Exercise 9.4: Implement compressionPipeline() Build

Write a function that computes the final model size (in GB) after pruning and quantization. The function receives the original parameter count, original precision (bits), prune fraction, and target quantization bits.

remaining = params × (1 − pruneFraction). Size = remaining × quantBits / 8 / 1e9.

Show solution

javascript
function compressionPipeline(params, originalBits, pruneFraction, quantBits) {
  const remaining = params * (1 - pruneFraction);
  return remaining * quantBits / 8 / 1e9;
}

Note that originalBits doesn't appear in the calculation — it tells you the starting size for context, but the final size depends only on remaining params and target bits. The compression ratio would be (params * originalBits/8/1e9) / result.

Exercise 9.5: Quantize-Before-Prune Bug Debug

This compression pipeline has a subtle ordering bug that will produce a much worse model than expected. Click the buggy line.

function compress(model) {
  quantize(model, 'int4');           // quantize first
  prune(model, sparsity=0.5);        // then prune
  calibrate(model, calibrationData); // calibrate after both
  return model;
}

Show explanation

Line 2 is the bug. Quantizing before pruning means the INT4 scale factors and zero points were computed on the original dense weights. After pruning removes 50% of parameters, the surviving weight distribution shifts significantly — but the quantization grid is now wrong for these new values.

The correct order is:

javascript
function compress(model) {
  prune(model, sparsity=0.5);        // prune first
  finetune(model);                    // recover accuracy
  quantize(model, 'int4');           // quantize pruned weights
  calibrate(model, calibrationData); // calibrate final model
  return model;
}

The calibration on line 4 also can't fully fix the damage — it can adjust scale factors, but the quantization grid was already committed at line 2. Always prune first, then quantize.

Exercise 9.6: Full Deployment Pipeline Design

Arrange the complete model compression and deployment pipeline in the correct order.

→

Profile model (find bottlenecks) Structured pruning (remove heads/neurons) Fine-tune to recover accuracy Quantize (PTQ with calibration) Evaluate on benchmarks Deploy to production

Show explanation

The correct order is: Profile → Structured prune → Fine-tune → Quantize (PTQ) → Evaluate → Deploy

Profile first: identify which layers contribute least (via sensitivity analysis, activation magnitudes, or importance scores).

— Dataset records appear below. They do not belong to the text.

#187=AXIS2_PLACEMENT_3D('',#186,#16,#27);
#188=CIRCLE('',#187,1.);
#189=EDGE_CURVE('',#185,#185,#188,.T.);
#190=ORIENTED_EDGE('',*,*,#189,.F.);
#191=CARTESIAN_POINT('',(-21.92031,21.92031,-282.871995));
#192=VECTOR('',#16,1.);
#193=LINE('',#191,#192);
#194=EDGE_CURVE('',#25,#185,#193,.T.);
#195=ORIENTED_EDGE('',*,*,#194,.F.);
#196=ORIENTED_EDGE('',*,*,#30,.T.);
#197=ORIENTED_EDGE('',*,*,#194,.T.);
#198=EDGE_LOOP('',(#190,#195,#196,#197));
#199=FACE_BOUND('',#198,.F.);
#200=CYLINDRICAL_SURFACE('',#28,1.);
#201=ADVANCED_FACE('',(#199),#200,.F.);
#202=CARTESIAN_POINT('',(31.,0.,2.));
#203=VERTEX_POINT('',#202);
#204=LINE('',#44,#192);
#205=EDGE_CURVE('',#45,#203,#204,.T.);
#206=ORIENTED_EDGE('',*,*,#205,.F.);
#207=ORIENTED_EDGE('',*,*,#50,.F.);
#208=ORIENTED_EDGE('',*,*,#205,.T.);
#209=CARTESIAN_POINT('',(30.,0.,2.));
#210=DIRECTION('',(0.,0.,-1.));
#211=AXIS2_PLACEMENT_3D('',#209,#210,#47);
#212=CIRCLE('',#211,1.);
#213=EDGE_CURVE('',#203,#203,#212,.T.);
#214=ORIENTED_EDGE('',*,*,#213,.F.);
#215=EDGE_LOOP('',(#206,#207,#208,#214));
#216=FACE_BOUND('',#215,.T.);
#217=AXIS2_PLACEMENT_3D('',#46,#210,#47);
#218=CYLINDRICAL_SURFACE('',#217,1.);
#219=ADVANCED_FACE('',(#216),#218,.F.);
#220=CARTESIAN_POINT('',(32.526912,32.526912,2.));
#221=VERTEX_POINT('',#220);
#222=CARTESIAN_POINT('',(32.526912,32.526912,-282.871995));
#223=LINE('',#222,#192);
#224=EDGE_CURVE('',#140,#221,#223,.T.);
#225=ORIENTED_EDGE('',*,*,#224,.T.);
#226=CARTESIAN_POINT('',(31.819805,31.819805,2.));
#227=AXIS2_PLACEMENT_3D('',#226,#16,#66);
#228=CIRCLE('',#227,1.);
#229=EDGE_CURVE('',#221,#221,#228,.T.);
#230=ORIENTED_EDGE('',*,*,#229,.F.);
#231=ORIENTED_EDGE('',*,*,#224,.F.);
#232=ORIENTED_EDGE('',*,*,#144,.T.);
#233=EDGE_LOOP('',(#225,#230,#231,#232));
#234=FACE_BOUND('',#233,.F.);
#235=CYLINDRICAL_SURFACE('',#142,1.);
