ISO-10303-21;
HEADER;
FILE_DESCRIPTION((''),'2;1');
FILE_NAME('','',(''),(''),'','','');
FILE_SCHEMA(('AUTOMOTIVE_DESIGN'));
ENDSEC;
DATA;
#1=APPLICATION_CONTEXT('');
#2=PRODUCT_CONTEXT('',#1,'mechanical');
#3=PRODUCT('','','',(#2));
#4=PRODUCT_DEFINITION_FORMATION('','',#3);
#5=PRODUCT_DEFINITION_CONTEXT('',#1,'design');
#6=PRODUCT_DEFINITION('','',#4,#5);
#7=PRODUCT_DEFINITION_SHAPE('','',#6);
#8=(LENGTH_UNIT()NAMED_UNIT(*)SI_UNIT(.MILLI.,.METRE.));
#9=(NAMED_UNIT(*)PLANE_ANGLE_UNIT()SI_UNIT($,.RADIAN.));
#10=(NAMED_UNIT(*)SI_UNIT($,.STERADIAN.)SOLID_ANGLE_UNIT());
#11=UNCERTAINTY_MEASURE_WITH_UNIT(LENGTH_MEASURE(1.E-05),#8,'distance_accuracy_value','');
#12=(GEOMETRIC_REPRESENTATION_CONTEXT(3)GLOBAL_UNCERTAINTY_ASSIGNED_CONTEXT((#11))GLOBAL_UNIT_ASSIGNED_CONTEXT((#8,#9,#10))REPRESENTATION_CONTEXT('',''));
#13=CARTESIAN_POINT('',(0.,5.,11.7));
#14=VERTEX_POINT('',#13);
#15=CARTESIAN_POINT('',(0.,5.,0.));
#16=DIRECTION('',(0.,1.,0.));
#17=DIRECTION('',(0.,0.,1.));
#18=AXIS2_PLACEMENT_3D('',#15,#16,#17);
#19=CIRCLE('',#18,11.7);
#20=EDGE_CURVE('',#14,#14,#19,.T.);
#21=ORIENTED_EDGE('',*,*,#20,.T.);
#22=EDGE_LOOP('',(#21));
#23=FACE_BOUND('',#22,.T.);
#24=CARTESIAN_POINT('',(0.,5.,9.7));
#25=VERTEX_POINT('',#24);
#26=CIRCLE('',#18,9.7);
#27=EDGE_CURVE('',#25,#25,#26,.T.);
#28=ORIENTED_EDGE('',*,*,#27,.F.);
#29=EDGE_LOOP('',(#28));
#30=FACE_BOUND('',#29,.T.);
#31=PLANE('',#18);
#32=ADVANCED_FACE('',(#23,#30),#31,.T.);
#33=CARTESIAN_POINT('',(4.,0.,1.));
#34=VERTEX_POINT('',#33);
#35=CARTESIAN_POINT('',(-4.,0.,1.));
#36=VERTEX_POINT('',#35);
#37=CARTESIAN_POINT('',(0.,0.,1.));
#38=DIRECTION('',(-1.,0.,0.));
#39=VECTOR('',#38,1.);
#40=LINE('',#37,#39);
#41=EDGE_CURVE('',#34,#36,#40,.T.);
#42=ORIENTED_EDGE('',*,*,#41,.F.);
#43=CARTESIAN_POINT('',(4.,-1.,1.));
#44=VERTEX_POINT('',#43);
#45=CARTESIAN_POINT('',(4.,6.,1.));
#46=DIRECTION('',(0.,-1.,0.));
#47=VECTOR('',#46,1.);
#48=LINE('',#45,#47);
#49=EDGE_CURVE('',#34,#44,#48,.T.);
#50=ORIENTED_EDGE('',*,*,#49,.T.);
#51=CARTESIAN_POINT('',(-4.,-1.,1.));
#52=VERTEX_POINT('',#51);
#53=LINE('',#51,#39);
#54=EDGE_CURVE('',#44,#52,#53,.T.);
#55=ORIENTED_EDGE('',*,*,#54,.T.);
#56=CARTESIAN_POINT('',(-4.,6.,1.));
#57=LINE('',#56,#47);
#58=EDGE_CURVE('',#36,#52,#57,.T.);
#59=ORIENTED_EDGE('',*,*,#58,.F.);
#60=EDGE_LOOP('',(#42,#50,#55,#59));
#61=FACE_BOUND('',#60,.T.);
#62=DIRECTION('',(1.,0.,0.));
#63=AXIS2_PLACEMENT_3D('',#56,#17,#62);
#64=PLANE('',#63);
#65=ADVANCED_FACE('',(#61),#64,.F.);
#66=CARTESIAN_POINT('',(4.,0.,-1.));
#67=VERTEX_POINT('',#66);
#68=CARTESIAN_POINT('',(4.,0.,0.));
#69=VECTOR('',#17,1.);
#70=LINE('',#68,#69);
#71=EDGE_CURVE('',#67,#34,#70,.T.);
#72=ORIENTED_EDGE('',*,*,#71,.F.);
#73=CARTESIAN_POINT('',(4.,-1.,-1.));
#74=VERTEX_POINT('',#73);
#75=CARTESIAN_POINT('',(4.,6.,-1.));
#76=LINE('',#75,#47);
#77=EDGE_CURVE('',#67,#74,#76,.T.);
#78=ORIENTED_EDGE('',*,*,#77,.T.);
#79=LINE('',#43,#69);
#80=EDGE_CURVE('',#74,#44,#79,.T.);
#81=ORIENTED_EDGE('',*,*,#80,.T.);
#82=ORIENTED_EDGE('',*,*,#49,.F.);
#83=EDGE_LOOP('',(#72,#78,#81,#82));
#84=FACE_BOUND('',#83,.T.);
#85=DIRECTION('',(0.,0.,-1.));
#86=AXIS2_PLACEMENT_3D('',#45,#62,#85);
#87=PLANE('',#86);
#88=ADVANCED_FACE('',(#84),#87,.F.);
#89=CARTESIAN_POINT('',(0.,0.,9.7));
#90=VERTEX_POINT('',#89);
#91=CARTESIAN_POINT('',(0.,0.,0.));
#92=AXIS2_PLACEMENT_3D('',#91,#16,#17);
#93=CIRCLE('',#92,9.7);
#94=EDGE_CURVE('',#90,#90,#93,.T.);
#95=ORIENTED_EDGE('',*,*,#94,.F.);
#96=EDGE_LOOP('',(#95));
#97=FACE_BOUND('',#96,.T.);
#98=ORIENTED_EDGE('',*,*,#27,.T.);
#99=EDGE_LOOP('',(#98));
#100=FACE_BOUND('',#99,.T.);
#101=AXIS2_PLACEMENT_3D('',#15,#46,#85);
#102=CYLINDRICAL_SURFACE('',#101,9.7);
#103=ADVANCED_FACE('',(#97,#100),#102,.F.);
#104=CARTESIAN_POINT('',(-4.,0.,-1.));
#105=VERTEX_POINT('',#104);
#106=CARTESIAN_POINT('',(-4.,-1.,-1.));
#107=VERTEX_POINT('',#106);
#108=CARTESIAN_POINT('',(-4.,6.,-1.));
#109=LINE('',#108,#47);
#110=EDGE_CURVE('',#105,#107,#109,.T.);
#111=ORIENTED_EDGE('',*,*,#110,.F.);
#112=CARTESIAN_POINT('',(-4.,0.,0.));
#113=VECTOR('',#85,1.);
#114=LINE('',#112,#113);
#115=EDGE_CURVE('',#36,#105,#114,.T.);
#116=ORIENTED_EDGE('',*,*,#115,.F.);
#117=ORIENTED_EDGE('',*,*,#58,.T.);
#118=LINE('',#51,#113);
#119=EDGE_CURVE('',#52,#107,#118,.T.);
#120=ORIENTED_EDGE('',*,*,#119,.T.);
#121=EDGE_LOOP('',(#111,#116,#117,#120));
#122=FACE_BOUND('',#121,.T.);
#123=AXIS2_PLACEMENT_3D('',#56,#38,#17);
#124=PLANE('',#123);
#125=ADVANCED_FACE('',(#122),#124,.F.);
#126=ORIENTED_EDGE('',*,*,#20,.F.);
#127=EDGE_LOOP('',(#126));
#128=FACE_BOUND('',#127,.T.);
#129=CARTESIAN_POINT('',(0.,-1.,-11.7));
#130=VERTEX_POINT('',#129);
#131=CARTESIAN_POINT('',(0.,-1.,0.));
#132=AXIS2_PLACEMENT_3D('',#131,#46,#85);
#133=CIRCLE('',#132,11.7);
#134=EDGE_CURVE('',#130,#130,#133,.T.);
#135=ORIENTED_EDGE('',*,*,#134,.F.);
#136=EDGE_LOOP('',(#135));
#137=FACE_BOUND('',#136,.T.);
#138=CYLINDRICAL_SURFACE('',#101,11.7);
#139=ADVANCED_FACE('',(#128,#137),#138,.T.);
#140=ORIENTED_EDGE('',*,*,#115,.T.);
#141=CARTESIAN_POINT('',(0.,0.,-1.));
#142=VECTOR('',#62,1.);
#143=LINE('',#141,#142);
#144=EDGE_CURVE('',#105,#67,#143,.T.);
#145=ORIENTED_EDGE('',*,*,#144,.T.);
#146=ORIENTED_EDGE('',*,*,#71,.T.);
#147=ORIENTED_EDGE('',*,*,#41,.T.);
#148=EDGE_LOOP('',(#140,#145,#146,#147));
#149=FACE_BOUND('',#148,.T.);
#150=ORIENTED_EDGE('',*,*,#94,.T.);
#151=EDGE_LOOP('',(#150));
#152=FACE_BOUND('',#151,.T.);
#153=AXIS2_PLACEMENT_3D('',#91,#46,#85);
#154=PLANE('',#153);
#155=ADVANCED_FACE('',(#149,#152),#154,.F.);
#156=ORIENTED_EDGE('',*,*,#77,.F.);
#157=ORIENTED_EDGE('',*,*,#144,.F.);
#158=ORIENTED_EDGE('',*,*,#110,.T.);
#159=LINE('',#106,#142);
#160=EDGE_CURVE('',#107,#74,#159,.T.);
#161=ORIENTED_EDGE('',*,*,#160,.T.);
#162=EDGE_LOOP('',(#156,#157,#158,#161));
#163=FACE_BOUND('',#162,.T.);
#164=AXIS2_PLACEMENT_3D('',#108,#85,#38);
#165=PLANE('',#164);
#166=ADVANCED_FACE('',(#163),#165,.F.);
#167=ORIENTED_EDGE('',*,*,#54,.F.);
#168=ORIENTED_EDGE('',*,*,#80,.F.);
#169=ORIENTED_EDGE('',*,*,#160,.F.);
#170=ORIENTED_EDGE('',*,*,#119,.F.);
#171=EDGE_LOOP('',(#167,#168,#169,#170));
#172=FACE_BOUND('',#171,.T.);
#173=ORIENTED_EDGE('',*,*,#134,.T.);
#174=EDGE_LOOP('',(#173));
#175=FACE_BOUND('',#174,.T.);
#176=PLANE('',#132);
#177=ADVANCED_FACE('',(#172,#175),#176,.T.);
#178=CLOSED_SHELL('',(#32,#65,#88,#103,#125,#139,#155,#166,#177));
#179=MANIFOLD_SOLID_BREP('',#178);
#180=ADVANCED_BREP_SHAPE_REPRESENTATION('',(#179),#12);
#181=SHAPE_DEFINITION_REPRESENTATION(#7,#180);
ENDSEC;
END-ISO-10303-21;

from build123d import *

# Parameters (mm, degrees)
SKETCH1_R           = 11.7
SKETCH1_R_2         = 9.7
BOSS_EXTRUDE1_DEPTH = 5
BOSS_EXTRUDE2_START = 1
SKETCH2_R           = 11.7
BOSS_EXTRUDE2_DEPTH = 1
SKETCH3_W           = 8
SKETCH3_H           = 2
CUT_EXTRUDE1_DEPTH  = 7


with BuildPart() as part:
    # Sketch1 → Boss-Extrude1 (new body)
    with BuildSketch(Plane(origin=(0, 0, 0), x_dir=(1, 0, 0), z_dir=(0, 1, 0))):
        with Locations(Location((0, 0, 0), (0, 0, 270))):
            Circle(SKETCH1_R)
        with Locations(Location((0, 0, 0), (0, 0, 270))):
            Circle(SKETCH1_R_2, mode=Mode.SUBTRACT)
    extrude(amount=BOSS_EXTRUDE1_DEPTH)

    # Sketch2 → Boss-Extrude2 (add)
    with BuildSketch(Plane.XZ.offset(BOSS_EXTRUDE2_START)):
        with Locations(Location((0, 0, 0), (0, 0, 270))):
            Circle(SKETCH2_R)
    extrude(amount=-BOSS_EXTRUDE2_DEPTH)

    # Sketch3 → Cut-Extrude1 (cut)
    with BuildSketch(Plane.XZ.offset(1)):
        Rectangle(SKETCH3_W, SKETCH3_H)
    extrude(amount=-CUT_EXTRUDE1_DEPTH, mode=Mode.SUBTRACT)


solid = part.part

Prune: remove the least important structures. Fine-tune: let the model recover from pruning damage (typically 1–5% of original training). Quantize: calibrate on representative data after pruning, because the weight distribution has changed. Evaluate: verify quality on held-out benchmarks before deploying. Deploy: serve the compressed model.

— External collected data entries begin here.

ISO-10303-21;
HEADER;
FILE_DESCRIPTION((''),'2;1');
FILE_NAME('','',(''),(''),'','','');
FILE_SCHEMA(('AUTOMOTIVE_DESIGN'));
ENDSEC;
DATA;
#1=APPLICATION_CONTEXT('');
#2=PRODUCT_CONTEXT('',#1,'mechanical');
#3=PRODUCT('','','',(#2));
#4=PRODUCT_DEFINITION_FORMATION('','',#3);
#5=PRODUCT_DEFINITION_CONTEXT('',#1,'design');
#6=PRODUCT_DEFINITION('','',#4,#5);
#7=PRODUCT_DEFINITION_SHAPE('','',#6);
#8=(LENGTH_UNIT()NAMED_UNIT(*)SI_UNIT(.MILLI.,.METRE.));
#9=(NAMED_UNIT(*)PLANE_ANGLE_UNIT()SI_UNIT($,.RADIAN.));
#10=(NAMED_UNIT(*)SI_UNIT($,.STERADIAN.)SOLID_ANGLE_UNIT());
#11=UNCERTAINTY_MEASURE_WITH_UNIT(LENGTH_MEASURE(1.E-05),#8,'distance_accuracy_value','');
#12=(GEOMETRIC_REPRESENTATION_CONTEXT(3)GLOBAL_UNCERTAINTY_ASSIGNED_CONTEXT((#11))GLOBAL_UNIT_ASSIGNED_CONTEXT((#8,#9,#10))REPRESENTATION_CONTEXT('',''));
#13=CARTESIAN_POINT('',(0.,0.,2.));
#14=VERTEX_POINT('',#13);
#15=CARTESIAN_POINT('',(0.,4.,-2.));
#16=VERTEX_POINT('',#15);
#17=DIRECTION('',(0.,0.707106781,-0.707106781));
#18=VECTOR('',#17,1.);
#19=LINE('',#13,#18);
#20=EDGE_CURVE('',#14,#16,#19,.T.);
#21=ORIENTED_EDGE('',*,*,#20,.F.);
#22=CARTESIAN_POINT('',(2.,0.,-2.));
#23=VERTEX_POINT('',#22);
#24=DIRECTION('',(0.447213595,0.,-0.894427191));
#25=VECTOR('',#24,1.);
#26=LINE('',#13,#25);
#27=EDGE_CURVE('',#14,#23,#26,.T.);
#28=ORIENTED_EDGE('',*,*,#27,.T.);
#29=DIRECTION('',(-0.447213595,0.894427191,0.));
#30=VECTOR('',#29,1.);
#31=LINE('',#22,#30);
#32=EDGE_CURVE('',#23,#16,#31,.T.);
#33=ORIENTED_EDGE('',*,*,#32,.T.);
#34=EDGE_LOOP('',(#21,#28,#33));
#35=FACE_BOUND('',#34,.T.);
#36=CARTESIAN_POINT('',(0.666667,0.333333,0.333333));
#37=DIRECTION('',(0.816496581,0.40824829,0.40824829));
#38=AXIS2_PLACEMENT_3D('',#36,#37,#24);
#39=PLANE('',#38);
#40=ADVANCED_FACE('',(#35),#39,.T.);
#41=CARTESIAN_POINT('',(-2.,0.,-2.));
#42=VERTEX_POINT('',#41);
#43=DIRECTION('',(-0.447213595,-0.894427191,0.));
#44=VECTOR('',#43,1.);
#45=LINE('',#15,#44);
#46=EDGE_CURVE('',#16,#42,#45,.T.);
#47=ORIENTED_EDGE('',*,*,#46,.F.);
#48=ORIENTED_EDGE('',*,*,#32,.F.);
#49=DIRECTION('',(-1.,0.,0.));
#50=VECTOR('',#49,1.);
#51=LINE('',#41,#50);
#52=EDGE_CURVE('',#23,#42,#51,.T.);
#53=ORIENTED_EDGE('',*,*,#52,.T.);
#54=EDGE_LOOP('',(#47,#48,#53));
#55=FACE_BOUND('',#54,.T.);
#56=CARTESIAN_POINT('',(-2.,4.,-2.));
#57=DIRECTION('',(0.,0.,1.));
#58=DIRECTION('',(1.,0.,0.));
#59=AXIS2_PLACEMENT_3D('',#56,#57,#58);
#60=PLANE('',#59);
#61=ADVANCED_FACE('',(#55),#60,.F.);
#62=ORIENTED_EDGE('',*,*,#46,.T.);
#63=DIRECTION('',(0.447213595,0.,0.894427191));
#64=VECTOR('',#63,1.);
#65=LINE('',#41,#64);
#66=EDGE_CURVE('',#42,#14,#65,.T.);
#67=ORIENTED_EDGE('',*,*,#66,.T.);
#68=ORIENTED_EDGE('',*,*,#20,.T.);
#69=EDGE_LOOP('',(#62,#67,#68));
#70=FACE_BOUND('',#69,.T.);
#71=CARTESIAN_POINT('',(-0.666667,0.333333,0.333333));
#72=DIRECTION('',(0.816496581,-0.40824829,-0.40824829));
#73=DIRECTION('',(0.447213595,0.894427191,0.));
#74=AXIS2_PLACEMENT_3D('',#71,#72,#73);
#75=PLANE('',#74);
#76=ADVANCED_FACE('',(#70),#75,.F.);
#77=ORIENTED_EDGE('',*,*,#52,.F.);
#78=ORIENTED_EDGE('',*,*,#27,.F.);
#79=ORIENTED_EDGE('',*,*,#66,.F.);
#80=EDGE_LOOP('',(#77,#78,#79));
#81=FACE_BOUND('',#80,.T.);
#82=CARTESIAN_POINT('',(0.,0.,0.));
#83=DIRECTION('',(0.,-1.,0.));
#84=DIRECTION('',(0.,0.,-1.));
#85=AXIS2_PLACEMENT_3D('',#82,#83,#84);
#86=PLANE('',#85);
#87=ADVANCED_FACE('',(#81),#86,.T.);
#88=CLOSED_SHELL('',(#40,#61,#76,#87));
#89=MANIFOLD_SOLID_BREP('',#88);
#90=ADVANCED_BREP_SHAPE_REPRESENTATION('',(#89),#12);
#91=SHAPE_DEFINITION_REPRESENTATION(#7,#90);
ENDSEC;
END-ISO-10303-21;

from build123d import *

# Parameters (mm, degrees)
SKETCH1_W           = 4
SKETCH1_H           = 4
BOSS_EXTRUDE1_DEPTH = 4
CUT_EXTRUDE1_DEPTH  = 10
CUT_EXTRUDE2_DEPTH  = 10


with BuildPart() as part:
    # Sketch1 → Boss-Extrude1 (new body)
    with BuildSketch(Plane(origin=(0, 0, 0), x_dir=(1, 0, 0), z_dir=(0, 1, 0))):
        Rectangle(SKETCH1_W, SKETCH1_H)
    extrude(amount=BOSS_EXTRUDE1_DEPTH)

    # 3DSketch1 → Cut-Extrude1 (cut, along a direction that is not the sketch's normal)
    with BuildSketch(Plane(origin=(0, 4, -2), x_dir=(0, -0.7071067811865476, 0.7071067811865476), z_dir=(0.816496580927726, -0.408248290463863, -0.408248290463863))):
        Polygon((0, 0), (2.828427125, 3.464101615), (5.656854249, 0), align=None)
    extrude(amount=-CUT_EXTRUDE1_DEPTH, dir=(0, -1, 0), mode=Mode.SUBTRACT)


with BuildPart() as body_2:
    # of the pieces the cut leaves, the one that is kept (cut_extrude1_keep)
    add(part.part.solids().sort_by_distance((2, 0, 2))[0])

    # 3DSketch2 → Cut-Extrude2 (cut, along a direction that is not the sketch's normal)
    with BuildSketch(Plane(origin=(0, 4, -2), x_dir=(0, -0.7071067811865475, 0.7071067811865476), z_dir=(0.816496580927726, 0.40824829046386313, 0.408248290463863))):
        Polygon((0, 0), (5.656854249, 0), (2.828427125, 3.464101615), align=None)
    extrude(amount=CUT_EXTRUDE2_DEPTH, dir=(0, 1, 0), mode=Mode.SUBTRACT)


with BuildPart() as body_2_2:
    # of the pieces the cut leaves, the one that is kept (cut_extrude2_keep)
    add(body_2.part.solids().sort_by_distance((-2, 0, -2))[0])


solid = body_2_2.part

Compression Techniques Summary

Technique	Typical Compression	Quality Loss	Hardware Needs
Weight Pruning (unstructured)	2–10×	0–2% (with fine-tune)	Sparse kernels (limited support)
Structured Pruning	1.5–4×	1–5% (with fine-tune)	No special hardware needed
Quantization (INT8)	2× from FP16	0.1–1%	INT8 Tensor Cores (A100+)
Quantization (INT4)	4× from FP16	1–3%	INT4 kernels (GPTQ/AWQ)
Knowledge Distillation	5–20× (smaller student)	2–10% (task-dependent)	Teacher GPU during training
LoRA (training only)	100–1000× trainable params	0–2% vs full fine-tune	Standard (merges to zero overhead)
Mixed Precision (BF16)	2× from FP32	<0.1%	BF16 Tensor Cores (A100+)

Related Lessons

Topic	Lesson
Transformer internals	Transformer — From Absolute Zero
Parameter counting & memory	Transformer Math Workbook
Distributed training	Distributed Training Workbook
Scaling laws	Scaling Book Workbook
Inference optimization	Systems & Serving Workbook

The compression engineer's toolkit. If you can derive pruning round costs, compute temperature-scaled softmax, calculate LoRA parameter budgets, reason about mixed precision tradeoffs, and design end-to-end compression pipelines — you have the quantitative foundation for deploying production LLMs. These are the exact calculations behind tools like GPTQ, AWQ, llama.cpp, QLoRA, and vLLM. "The question is not whether you can make it smaller. The question is how small can you make it before it forgets what it knows."